• ASSIGNMENT: Below is a listing. Write out exactly its lines between the one holding "v 2.225 9.749 -6.951" and the one holding "v 10.219 -4.072 -7.951", inclusive.
=== DATA SHOWN ===
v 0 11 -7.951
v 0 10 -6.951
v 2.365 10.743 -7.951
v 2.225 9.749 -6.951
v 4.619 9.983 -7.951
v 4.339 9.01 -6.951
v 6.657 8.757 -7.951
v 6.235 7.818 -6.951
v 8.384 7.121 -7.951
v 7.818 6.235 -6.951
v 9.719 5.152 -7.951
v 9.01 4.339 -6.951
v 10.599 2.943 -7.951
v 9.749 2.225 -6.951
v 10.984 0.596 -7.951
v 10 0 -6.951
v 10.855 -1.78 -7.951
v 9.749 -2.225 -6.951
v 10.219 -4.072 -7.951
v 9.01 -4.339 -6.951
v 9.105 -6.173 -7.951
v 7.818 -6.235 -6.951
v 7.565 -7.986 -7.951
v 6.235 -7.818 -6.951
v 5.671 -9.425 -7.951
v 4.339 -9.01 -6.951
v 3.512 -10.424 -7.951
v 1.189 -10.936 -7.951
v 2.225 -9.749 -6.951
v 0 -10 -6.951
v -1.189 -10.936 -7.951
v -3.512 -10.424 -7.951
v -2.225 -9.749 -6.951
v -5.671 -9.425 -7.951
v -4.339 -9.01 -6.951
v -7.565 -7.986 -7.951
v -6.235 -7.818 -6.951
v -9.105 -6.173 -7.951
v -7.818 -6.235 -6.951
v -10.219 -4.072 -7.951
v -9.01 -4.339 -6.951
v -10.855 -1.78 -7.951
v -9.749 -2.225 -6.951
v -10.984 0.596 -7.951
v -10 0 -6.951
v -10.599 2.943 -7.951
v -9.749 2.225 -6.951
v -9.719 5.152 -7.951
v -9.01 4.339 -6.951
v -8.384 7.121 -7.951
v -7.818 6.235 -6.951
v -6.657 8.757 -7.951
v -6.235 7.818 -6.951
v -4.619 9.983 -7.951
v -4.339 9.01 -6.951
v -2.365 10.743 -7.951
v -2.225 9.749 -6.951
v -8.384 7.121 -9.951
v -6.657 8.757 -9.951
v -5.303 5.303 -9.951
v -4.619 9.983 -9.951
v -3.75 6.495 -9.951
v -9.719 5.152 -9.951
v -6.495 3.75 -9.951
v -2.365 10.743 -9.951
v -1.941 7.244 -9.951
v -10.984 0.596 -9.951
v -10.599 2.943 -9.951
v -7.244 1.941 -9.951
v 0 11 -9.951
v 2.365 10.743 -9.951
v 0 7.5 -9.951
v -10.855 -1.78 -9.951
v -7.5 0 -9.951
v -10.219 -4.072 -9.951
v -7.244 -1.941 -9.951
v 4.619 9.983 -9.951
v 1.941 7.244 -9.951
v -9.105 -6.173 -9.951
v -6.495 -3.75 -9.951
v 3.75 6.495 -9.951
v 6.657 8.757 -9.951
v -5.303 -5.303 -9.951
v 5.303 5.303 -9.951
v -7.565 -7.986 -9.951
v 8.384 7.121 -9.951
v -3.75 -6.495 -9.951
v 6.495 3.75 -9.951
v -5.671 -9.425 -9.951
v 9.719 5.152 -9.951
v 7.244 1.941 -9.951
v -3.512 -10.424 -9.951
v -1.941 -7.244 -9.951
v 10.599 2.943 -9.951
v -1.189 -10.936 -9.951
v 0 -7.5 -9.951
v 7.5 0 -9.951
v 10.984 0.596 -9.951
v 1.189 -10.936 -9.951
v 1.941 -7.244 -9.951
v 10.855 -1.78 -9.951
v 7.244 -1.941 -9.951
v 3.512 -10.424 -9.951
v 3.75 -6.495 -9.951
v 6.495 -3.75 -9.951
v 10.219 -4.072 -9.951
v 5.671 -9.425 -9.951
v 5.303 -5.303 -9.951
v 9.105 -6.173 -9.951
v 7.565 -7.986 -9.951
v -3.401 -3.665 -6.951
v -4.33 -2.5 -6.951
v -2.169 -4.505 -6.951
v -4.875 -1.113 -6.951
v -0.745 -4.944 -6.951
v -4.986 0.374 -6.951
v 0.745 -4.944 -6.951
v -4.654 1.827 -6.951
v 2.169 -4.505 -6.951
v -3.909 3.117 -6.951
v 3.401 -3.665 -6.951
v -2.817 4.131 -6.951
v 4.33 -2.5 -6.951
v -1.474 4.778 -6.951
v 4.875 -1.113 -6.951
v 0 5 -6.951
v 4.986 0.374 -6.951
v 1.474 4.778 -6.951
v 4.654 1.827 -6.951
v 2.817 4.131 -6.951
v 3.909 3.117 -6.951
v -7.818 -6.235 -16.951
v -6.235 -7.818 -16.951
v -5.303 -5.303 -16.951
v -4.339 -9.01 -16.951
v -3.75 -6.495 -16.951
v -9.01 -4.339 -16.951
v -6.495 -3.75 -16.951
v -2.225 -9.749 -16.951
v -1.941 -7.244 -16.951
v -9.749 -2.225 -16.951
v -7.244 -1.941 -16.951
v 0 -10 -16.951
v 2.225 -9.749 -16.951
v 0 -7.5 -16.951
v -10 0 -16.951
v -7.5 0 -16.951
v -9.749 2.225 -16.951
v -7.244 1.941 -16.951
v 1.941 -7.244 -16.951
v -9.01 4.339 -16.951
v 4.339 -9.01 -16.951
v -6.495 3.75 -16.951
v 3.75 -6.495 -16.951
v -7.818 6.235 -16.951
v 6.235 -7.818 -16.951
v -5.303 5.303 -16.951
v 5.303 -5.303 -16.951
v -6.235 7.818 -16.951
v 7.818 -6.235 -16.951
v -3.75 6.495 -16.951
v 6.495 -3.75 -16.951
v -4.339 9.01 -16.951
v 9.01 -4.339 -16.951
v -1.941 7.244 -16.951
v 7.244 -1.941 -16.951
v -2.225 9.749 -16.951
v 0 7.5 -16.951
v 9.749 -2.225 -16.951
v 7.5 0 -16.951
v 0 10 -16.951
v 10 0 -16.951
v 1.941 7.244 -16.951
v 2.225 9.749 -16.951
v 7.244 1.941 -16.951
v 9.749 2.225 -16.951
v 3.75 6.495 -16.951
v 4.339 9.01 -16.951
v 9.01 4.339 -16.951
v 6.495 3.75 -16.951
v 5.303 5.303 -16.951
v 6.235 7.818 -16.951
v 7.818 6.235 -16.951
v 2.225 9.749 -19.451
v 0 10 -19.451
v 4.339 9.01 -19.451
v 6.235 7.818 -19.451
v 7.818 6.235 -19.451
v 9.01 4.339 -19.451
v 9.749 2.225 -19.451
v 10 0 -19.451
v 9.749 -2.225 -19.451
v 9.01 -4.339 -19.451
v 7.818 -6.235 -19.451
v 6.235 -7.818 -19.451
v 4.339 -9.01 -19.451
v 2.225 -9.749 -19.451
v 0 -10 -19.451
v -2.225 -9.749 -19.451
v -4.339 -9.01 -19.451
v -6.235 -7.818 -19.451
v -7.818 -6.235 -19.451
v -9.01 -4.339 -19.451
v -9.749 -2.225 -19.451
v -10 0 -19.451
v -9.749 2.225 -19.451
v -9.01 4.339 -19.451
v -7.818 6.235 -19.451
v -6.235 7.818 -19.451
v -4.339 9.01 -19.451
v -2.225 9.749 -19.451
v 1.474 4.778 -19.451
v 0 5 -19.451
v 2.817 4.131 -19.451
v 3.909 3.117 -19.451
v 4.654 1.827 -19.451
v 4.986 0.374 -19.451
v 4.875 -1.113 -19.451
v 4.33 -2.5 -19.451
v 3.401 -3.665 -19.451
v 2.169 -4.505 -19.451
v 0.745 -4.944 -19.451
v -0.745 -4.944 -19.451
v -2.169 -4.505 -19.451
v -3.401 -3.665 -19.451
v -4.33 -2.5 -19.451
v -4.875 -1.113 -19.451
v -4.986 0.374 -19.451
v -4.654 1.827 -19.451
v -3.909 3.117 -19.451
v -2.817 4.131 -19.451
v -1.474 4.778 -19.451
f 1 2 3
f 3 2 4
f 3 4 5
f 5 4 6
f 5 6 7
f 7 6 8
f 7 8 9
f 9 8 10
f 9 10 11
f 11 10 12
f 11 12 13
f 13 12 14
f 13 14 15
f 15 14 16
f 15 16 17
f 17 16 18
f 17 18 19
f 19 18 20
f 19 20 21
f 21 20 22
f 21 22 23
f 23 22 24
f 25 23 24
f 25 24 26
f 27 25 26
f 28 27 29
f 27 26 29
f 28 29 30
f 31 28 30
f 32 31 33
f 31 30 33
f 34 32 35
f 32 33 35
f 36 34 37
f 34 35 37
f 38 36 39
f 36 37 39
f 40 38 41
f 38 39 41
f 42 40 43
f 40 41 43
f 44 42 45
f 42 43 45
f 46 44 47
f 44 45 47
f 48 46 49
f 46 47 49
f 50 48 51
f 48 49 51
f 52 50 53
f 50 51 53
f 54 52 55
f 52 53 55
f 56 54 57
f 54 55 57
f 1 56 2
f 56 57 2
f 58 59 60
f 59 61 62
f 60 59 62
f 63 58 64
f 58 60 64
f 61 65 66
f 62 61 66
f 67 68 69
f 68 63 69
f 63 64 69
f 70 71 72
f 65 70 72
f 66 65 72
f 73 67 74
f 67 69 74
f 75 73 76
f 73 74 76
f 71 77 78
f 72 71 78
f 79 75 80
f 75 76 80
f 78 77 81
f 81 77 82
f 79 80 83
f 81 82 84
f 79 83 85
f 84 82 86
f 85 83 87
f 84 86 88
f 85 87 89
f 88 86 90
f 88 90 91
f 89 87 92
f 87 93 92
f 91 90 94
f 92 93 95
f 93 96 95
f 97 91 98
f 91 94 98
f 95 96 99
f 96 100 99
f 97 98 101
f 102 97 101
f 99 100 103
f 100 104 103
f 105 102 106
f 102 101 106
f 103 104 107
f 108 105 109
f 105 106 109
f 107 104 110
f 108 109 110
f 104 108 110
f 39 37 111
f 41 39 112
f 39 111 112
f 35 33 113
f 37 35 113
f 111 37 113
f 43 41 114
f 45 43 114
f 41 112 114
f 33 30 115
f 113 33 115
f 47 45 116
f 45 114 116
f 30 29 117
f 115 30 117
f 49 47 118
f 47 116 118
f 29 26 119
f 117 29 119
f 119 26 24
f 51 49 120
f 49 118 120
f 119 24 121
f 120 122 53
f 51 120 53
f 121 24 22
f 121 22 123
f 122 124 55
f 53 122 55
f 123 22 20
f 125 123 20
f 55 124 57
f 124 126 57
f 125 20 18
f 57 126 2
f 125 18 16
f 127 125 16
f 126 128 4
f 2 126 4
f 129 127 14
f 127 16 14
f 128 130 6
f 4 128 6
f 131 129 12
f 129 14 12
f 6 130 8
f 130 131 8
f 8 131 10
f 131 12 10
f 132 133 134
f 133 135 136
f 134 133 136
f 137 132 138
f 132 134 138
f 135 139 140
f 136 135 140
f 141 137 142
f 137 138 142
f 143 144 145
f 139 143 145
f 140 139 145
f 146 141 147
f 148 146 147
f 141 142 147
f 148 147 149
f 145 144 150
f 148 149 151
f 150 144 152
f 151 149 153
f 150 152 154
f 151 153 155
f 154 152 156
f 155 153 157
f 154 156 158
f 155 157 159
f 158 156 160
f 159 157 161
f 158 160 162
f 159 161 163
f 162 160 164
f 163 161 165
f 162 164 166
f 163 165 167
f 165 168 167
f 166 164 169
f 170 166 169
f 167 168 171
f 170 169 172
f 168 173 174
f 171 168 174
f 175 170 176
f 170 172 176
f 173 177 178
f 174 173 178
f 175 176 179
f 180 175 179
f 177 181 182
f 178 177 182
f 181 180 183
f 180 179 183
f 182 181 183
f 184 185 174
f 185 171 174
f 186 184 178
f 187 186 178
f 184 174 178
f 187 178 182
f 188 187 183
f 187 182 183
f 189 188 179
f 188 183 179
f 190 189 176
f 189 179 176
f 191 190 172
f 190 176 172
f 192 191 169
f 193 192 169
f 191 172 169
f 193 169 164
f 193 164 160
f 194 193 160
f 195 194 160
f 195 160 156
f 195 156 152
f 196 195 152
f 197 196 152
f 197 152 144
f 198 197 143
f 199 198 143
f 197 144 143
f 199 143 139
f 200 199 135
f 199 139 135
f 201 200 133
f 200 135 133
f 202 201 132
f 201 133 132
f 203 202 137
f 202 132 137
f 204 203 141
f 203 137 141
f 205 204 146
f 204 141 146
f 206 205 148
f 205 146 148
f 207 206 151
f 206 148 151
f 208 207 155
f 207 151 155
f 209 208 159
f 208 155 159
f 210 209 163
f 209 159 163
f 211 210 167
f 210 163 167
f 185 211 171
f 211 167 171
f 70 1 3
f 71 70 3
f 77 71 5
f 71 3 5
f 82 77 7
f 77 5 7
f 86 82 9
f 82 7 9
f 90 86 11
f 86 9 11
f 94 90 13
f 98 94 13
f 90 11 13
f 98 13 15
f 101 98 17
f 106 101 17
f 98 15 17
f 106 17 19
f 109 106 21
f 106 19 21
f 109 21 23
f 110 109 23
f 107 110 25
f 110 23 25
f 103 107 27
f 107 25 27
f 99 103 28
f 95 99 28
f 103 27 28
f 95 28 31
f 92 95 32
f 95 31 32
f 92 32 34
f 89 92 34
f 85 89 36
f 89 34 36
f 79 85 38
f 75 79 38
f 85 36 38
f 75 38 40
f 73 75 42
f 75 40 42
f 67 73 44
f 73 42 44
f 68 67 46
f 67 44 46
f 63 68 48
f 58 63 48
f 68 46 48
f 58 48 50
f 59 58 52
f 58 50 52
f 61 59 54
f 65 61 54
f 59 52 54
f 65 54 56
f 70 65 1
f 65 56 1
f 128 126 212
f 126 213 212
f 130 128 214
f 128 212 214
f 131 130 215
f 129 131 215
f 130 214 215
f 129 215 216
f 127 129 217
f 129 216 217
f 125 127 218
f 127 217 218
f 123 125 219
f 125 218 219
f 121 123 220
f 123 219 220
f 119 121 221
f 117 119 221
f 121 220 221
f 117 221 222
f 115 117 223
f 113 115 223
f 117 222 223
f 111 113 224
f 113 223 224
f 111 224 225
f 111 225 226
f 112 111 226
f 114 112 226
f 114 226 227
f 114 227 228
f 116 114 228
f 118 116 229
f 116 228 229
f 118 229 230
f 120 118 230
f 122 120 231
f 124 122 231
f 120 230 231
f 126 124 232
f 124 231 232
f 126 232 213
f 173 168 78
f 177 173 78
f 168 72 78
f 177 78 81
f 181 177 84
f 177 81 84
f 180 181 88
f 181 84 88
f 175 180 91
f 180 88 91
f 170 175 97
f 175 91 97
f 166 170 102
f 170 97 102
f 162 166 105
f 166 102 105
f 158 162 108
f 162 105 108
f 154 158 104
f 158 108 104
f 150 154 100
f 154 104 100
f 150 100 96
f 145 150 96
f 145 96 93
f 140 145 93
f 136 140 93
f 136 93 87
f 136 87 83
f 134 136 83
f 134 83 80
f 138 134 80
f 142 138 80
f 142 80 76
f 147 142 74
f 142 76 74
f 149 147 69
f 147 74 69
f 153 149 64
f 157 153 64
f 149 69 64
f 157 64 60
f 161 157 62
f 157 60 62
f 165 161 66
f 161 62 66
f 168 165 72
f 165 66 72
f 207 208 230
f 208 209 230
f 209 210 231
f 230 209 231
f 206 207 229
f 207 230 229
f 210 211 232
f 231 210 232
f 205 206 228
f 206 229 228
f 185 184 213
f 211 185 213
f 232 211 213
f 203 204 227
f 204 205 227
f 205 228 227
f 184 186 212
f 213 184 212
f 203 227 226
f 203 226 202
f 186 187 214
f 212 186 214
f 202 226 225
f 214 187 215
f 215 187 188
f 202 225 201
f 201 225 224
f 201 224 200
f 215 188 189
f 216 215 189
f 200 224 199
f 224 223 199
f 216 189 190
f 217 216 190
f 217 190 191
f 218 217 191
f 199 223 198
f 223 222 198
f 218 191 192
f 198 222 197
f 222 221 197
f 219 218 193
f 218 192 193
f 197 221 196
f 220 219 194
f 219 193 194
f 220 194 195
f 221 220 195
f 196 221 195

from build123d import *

# Parameters (mm, degrees)
F2_SIZE = 1


with BuildPart() as f1:
    # F0 (on Right) → F1 (revolve)
    with BuildSketch(Plane.YZ):
        Polygon((5, -6.950552), (5, -19.450552), (10, -19.450552), (10, -16.950552), (7.5, -16.950552), (7.5, -9.950552), (11, -9.950552), (11, -6.950552), align=None)
    revolve(axis=Axis((0, 0, -7.205679), (0, 0, -1)))

    # F2
    f2_edges = [f1.edges().sort_by_distance(p)[0] for p in [
        (0, -11, -6.950552),
    ]]
    chamfer(f2_edges, length=F2_SIZE)


solid = f1.part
===
• SOLUTION FOR THIS EXERCISE:
v 2.225 9.749 -6.951
v 4.619 9.983 -7.951
v 4.339 9.01 -6.951
v 6.657 8.757 -7.951
v 6.235 7.818 -6.951
v 8.384 7.121 -7.951
v 7.818 6.235 -6.951
v 9.719 5.152 -7.951
v 9.01 4.339 -6.951
v 10.599 2.943 -7.951
v 9.749 2.225 -6.951
v 10.984 0.596 -7.951
v 10 0 -6.951
v 10.855 -1.78 -7.951
v 9.749 -2.225 -6.951
v 10.219 -4.072 -7.951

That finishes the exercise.